In the 1970s, Perkins’s research brought him to CERN, where his work with the Gargamelle bubble chamber contributed to the 1973 discovery of neutral currents, a seminal contribution to the field. He realised that combining neutrino and electron-scattering data established that both were scattering from quarks inside the nucleon. He was also an early supporter of quantum chromodynamics, the theory that describes the interactions between the quarks.

As the 1970s progressed, Perkins became increasingly interested in proton decay experiments, and was a leading advocate of the Soudan-II experiment in the United States. Although Soudan-II never saw evidence of proton decay, the experiment made important contributions to advancing the field of neutrino physics.

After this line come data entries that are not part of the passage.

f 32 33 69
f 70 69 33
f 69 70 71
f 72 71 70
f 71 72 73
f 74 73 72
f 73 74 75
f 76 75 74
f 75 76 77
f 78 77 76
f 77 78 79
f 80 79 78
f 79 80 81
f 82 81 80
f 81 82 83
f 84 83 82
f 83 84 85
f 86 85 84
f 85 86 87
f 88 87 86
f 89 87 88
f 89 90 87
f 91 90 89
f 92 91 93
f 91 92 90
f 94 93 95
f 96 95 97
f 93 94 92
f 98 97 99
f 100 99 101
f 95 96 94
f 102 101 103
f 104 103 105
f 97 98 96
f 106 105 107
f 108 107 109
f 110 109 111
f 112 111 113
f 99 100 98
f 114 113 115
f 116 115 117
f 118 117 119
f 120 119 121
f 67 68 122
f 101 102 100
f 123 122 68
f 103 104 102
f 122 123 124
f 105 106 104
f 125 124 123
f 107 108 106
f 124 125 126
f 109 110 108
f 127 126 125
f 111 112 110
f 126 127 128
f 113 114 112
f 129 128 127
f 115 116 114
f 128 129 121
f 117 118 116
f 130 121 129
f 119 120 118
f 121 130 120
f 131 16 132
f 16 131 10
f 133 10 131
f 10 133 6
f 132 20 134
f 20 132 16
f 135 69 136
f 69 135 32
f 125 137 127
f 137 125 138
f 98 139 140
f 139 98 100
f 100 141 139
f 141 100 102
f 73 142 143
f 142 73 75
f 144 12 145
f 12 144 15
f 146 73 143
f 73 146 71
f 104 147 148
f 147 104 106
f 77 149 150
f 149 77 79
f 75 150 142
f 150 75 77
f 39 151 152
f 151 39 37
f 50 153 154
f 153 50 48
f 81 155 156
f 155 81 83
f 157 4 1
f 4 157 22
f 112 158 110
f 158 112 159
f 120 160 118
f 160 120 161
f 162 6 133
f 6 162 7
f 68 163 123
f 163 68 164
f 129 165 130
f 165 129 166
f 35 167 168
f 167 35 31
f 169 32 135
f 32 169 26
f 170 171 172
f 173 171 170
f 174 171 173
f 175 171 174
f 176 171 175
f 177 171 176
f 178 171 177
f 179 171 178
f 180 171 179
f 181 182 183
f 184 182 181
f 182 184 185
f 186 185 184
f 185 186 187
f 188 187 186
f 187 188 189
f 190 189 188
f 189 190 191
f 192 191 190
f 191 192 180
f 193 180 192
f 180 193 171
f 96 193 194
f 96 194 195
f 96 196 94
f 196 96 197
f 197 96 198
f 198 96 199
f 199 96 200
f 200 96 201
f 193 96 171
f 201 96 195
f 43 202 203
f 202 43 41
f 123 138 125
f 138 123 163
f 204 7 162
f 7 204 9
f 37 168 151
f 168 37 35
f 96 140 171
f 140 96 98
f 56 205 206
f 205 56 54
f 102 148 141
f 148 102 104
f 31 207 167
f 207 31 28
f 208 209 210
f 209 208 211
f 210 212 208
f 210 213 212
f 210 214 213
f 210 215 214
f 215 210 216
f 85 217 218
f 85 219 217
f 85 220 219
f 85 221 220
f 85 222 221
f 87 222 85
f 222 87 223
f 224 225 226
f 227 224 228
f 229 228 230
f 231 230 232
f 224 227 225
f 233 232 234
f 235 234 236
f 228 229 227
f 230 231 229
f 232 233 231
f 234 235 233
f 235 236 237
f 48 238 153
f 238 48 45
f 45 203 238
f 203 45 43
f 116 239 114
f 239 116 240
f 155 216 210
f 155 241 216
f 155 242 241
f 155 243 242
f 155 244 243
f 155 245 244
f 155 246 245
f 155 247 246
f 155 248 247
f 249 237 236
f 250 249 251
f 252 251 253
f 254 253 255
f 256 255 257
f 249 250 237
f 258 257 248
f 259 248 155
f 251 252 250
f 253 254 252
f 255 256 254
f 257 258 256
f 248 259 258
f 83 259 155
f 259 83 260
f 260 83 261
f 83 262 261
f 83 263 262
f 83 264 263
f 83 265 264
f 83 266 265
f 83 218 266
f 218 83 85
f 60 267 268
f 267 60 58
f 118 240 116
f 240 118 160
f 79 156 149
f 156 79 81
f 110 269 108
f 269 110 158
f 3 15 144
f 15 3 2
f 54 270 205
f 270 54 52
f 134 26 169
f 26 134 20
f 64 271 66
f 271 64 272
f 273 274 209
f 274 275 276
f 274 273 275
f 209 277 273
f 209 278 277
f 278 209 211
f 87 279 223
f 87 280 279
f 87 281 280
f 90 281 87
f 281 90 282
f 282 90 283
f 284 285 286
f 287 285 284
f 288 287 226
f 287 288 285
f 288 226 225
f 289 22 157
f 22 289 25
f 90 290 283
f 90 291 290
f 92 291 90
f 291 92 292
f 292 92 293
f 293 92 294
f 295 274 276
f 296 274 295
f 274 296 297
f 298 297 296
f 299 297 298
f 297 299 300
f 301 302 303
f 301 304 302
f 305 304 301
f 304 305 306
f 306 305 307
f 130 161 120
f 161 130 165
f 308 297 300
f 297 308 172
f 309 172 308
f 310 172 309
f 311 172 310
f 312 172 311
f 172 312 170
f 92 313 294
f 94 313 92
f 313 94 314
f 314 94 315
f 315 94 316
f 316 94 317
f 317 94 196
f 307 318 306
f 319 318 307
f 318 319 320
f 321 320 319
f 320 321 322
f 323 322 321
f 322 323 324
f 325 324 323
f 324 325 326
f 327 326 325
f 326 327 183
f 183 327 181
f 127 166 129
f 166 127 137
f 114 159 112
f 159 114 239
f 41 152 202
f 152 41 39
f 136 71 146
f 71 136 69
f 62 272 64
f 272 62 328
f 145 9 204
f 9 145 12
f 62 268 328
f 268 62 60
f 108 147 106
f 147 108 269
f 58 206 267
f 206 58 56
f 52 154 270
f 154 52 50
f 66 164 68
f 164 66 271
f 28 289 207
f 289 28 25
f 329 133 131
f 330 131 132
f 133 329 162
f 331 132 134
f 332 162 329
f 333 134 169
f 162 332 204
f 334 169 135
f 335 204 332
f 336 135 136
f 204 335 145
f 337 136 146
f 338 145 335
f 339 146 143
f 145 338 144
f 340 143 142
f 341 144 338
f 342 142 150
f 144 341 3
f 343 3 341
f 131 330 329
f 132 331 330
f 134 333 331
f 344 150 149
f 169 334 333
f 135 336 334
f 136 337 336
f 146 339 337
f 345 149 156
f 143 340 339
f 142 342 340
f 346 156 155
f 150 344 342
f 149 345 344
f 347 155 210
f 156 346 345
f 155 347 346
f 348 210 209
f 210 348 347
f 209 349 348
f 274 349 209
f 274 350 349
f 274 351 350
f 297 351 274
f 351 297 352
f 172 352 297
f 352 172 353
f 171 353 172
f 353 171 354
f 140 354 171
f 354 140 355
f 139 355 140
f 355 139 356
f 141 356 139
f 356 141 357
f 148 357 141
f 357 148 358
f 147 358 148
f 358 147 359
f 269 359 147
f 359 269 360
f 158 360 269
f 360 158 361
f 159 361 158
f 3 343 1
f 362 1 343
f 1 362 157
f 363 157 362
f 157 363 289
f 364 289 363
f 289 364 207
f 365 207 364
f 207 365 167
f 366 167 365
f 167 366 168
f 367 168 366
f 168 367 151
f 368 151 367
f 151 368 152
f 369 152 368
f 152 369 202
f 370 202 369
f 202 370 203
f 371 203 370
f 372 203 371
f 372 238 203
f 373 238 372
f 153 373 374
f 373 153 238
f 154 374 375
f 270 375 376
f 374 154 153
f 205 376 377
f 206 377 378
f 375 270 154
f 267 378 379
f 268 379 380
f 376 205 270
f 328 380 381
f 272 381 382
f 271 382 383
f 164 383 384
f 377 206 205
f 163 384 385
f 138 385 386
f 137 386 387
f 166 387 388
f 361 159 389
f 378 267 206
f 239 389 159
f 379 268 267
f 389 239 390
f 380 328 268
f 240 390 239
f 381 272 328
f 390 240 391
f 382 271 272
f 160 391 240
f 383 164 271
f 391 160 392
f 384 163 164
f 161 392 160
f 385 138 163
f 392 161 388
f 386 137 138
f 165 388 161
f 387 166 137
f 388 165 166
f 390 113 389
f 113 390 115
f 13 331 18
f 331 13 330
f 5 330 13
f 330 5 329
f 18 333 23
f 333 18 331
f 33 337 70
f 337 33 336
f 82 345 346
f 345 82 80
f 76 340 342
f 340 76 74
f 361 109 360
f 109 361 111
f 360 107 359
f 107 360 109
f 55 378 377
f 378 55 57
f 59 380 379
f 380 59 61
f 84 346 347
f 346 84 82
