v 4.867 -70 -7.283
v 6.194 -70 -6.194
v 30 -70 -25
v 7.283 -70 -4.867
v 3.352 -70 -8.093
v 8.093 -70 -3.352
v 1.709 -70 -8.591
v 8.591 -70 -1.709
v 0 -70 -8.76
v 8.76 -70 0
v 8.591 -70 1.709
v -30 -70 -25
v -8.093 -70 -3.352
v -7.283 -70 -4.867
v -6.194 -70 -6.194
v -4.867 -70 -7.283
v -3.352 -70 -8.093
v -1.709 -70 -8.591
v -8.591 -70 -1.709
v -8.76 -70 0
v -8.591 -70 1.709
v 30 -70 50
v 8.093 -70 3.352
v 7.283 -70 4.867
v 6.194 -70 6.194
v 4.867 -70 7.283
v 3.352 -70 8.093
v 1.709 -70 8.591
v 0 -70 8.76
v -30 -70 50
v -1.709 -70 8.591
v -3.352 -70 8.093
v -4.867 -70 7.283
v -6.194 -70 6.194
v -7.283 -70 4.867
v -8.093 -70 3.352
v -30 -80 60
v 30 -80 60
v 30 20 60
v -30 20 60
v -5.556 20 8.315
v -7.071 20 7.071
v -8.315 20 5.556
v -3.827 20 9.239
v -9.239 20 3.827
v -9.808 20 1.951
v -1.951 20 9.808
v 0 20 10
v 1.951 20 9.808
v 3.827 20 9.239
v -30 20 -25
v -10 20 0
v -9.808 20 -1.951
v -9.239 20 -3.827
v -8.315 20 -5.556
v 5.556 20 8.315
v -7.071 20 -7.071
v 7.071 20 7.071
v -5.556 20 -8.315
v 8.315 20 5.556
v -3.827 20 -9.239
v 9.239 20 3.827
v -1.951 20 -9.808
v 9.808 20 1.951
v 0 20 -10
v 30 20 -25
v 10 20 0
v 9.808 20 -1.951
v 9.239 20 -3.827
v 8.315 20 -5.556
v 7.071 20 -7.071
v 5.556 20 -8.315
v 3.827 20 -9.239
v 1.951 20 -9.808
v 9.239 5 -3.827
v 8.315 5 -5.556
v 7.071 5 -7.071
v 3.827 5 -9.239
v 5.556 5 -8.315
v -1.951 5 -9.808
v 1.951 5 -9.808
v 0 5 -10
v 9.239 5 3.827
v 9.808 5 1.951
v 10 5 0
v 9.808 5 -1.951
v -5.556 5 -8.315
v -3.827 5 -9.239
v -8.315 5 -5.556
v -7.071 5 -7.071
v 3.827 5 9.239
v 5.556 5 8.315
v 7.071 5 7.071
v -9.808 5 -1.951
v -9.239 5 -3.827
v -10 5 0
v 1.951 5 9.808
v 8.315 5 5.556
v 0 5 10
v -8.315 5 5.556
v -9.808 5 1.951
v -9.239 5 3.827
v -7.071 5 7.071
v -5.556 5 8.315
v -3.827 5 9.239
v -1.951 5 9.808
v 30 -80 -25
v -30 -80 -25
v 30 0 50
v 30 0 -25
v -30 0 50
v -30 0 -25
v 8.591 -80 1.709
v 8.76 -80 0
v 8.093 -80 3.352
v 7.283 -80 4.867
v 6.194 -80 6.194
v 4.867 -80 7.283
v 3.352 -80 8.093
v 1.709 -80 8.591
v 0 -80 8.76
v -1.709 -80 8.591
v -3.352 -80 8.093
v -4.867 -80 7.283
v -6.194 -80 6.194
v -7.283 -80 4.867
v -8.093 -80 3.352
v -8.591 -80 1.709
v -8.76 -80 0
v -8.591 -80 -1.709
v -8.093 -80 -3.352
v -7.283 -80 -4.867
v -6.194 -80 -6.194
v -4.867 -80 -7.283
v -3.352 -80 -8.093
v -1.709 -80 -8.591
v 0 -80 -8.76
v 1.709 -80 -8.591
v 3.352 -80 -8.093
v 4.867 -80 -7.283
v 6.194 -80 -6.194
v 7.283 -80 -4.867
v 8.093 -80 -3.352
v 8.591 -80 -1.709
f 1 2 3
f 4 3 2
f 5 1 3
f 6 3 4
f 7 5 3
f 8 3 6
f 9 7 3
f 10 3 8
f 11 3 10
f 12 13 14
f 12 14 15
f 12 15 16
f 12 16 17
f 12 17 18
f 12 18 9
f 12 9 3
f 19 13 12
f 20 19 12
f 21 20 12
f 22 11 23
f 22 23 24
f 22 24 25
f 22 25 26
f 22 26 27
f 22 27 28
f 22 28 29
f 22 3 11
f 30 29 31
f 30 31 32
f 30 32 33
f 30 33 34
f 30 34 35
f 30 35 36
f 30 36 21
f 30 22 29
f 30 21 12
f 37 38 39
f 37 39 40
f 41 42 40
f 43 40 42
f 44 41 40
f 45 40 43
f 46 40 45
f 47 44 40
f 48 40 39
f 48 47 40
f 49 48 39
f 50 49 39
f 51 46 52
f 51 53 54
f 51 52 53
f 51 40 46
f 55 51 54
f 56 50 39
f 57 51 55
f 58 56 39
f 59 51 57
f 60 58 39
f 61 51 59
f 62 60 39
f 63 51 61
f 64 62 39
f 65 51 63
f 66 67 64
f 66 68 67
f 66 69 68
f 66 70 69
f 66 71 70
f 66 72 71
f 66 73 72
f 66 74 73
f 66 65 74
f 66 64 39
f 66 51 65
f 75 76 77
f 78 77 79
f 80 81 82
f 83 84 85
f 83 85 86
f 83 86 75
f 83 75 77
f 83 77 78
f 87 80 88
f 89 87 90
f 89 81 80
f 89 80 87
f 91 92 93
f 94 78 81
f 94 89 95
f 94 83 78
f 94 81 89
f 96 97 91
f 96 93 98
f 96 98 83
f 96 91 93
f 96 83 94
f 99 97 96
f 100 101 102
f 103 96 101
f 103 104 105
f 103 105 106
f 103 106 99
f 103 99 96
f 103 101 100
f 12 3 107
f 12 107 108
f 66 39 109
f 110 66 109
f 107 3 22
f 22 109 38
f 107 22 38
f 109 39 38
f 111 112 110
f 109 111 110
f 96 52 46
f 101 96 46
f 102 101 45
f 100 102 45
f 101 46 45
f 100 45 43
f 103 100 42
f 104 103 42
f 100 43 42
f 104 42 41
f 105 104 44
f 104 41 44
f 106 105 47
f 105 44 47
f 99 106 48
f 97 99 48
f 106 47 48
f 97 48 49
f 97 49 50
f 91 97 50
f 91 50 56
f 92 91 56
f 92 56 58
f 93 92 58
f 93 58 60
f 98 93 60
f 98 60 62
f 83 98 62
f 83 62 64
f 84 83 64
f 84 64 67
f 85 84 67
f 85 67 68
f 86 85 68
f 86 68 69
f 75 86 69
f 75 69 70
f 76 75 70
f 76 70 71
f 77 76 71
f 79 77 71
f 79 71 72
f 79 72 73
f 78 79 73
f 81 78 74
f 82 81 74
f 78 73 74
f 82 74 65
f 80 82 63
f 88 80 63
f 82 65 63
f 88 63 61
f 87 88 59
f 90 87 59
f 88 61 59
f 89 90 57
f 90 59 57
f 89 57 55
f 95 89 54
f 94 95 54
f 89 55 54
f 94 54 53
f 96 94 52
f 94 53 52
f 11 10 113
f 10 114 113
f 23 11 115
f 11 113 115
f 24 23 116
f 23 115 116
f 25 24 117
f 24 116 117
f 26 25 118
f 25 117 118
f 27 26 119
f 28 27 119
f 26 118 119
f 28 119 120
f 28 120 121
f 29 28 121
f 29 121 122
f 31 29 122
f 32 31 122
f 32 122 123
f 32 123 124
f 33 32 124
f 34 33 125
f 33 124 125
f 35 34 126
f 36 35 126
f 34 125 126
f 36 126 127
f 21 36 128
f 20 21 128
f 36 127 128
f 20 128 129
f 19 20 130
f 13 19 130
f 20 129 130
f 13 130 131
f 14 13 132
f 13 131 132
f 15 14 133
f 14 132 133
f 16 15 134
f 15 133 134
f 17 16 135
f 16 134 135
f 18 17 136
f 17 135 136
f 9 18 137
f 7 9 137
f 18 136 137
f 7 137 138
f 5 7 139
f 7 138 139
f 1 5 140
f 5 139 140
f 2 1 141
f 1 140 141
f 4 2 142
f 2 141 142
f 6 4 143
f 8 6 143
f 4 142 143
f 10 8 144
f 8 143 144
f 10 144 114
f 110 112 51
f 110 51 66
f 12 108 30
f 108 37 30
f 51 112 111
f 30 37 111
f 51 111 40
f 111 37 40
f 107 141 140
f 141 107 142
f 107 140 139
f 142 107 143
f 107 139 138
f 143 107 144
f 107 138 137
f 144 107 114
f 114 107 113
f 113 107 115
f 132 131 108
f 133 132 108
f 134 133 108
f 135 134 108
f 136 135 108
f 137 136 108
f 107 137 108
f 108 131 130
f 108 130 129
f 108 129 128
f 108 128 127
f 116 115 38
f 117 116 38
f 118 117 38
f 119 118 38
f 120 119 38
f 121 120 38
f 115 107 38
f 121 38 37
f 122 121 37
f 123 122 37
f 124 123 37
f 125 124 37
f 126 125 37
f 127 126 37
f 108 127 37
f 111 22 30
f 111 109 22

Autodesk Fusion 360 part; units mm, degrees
sketch "草图1" plane through (0, 0, 0) normal (0, 1, 0) x (1, 0, 0) in component "Component"
  line L0 (-30, 25) -> (30, 25)
  line L1 (30, 25) -> (30, -60)
  line L2 (30, -60) -> (-30, -60)
  line L3 (-30, -60) -> (-30, 25)
  dimension "d1" = 60
  dimension "d2" = 85
  dimension "d3" = 25
  dimension "d4" = 30
extrude "拉伸1" add sketch "草图1" along normal blind 10 in component "Component"
sketch "草图2" plane through (0, 0, 0) normal (0, -1, 0) x (1, 0, 0) in component "Component"
  line L0 (30, 60) -> (-30, 60)
  line L1 (-30, 60) -> (-30, -25)
  line L2 (-30, -25) -> (30, -25)
  line L3 (30, -25) -> (30, 60)
  line L4 (-30, 60) -> (30, 60)
  line L5 (30, 60) -> (30, 50)
  line L6 (30, 50) -> (-30, 50)
  line L7 (-30, 50) -> (-30, 60)
  dimension "d8" = 10
extrude "拉伸2" add sketch "草图2" along normal blind 80 contours L0 L1 L3 L4 L5 L6 L7 in component "Component"
sketch "草图3" plane through (0, 0, 50) normal (0, 0, -1) x (-1, 0, 0) in component "Component"
  line L0 (30, 0) -> (-30, 0)
  line L1 (-30, 0) -> (-30, -80)
  line L2 (-30, -80) -> (30, -80)
  line L3 (30, -80) -> (30, 0)
  line L4 (-30, -70) -> (30, -70)
  line L5 (30, -70) -> (30, -80)
  line L6 (30, -80) -> (-30, -80)
  line L7 (-30, -80) -> (-30, -70)
  dimension "d11" = 10
extrude "拉伸3" add sketch "草图3" along normal blind 75 contours L1 L2 L3 L4 L5 L6 L7 in component "Component"
sketch "草图4" plane through (0, -80, 0) normal (0, -1, 0) x (1, 0, 0) in component "Component"
  line L0 (30, -25) -> (30, 60)
  line L1 (30, 60) -> (-30, 60)
  line L2 (-30, 60) -> (-30, -25)
  line L3 (-30, -25) -> (30, -25)
  circle A0 centre (0, 0) radius 10
  dimension "d14" = 20
extrude "拉伸4" cut sketch "草图4" against normal blind 10 contours A0 in component "Component"
thread "螺纹1" "ISO Metric profile 20.0 M20x2.5 6H" major diameter 20.2925 minor diameter 17.519 pitch 2.5 angle 60 resizes the face on face at (9.9876, -73.3333, -0.4985) in component "Component"
extrude "拉伸5" add 1 faces at (-10, 10, 3.3333) along direction (0, 1, 0) blind 10 in component "Component"
sketch "草图5" plane through (0, 20, 0) normal (0, 1, 0) x (-1, 0, 0) in component "Component"
  line L0 (30, 60) -> (-30, 60)
  line L1 (-30, 60) -> (-30, -25)
  line L2 (-30, -25) -> (30, -25)
  line L3 (30, -25) -> (30, 60)
  circle A0 centre (0, 0) radius 10
extrude "拉伸6" cut sketch "草图5" against normal blind 15 contours A0 in component "Component"
component "Component" placed x (1, 0, 0) y (0, 1, 0) z (0, 0, 1) at (0, 0, 0)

Over his long career, Perkins’s brilliance benefitted generations of physics students, many of whom were drawn to particle physics through his “Introduction to High Energy Physics”, a text book based on his undergraduate lectures first published in 1972. Besides his experimental and theoretical contributions to the field, Perkins was also active in the governance of particle physics, having chaired both the Nuclear Physics Board of the UK’s Science and Engineering Research Council and CERN’s Scientific Policy Committee. A charismatic and influential figure, his wisdom, delivered in a northern English accent and accompanied by his distinctive laugh, will be greatly missed by his many friends and colleagues.